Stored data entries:
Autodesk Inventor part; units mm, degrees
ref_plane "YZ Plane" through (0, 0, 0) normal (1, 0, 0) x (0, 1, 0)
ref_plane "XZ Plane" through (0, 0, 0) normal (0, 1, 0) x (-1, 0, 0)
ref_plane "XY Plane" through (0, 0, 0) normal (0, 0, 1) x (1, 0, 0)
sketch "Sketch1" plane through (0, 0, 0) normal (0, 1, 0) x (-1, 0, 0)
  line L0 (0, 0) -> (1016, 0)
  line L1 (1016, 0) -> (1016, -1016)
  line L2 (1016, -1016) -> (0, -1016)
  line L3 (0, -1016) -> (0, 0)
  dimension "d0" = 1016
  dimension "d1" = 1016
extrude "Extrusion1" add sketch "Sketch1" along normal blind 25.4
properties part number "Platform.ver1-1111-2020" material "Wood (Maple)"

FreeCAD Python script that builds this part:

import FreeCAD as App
import Part
import Sketcher
from FreeCAD import Vector
Q = App.Units.Quantity


def add_polygon(sketch, points):
    """Adds a closed chain of lines whose ends are joined by coincident constraints."""
    first, n = sketch.GeometryCount, len(points)
    for a, b in zip(points, points[1:] + points[:1]):
        sketch.addGeometry(Part.LineSegment(App.Vector(*a, 0), App.Vector(*b, 0)), False)
    for i in range(n):
        sketch.addConstraint(Sketcher.Constraint("Coincident", first + i, 2, first + (i + 1) % n, 1))

doc = App.newDocument("Part")
body = doc.addObject("PartDesign::Body", "Body")

# Sketch on XZ plane
sketch1 = body.newObject("Sketcher::SketchObject", "Sketch")
sketch1.AttachmentSupport = (doc.getObject("XZ_Plane"), [""])
sketch1.MapMode = "FlatFace"
add_polygon(sketch1, [(-1016, 0), (0, 0), (0, -1016), (-1016, -1016)])  # lines 0-3
sketch1.addConstraint(Sketcher.Constraint("Horizontal", 0))
sketch1.addConstraint(Sketcher.Constraint("Vertical", 1))
sketch1.addConstraint(Sketcher.Constraint("Horizontal", 2))
sketch1.addConstraint(Sketcher.Constraint("Vertical", 3))
sketch1.addConstraint(Sketcher.Constraint("Coincident", 0, 2, -1, 1))
sketch1.addConstraint(Sketcher.Constraint("Equal", 2, 1))
sketch1.addConstraint(Sketcher.Constraint("DistanceX", 0, 1, 0, 2, Q("40 in")))
pad1 = body.newObject("PartDesign::Pad", "Pad")
pad1.Profile = sketch1
pad1.Length = Q("1 in")
pad1.Reversed = True

doc.recompute()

TASK TO COMPLETE:
For this exercise, please output exactly the lines above starting at the line with "properties part number" and ending at the line with "FreeCAD Python script", ends included.

OUTPUT FOR THIS EXERCISE:
properties part number "Platform.ver1-1111-2020" material "Wood (Maple)"

FreeCAD Python script that builds this part:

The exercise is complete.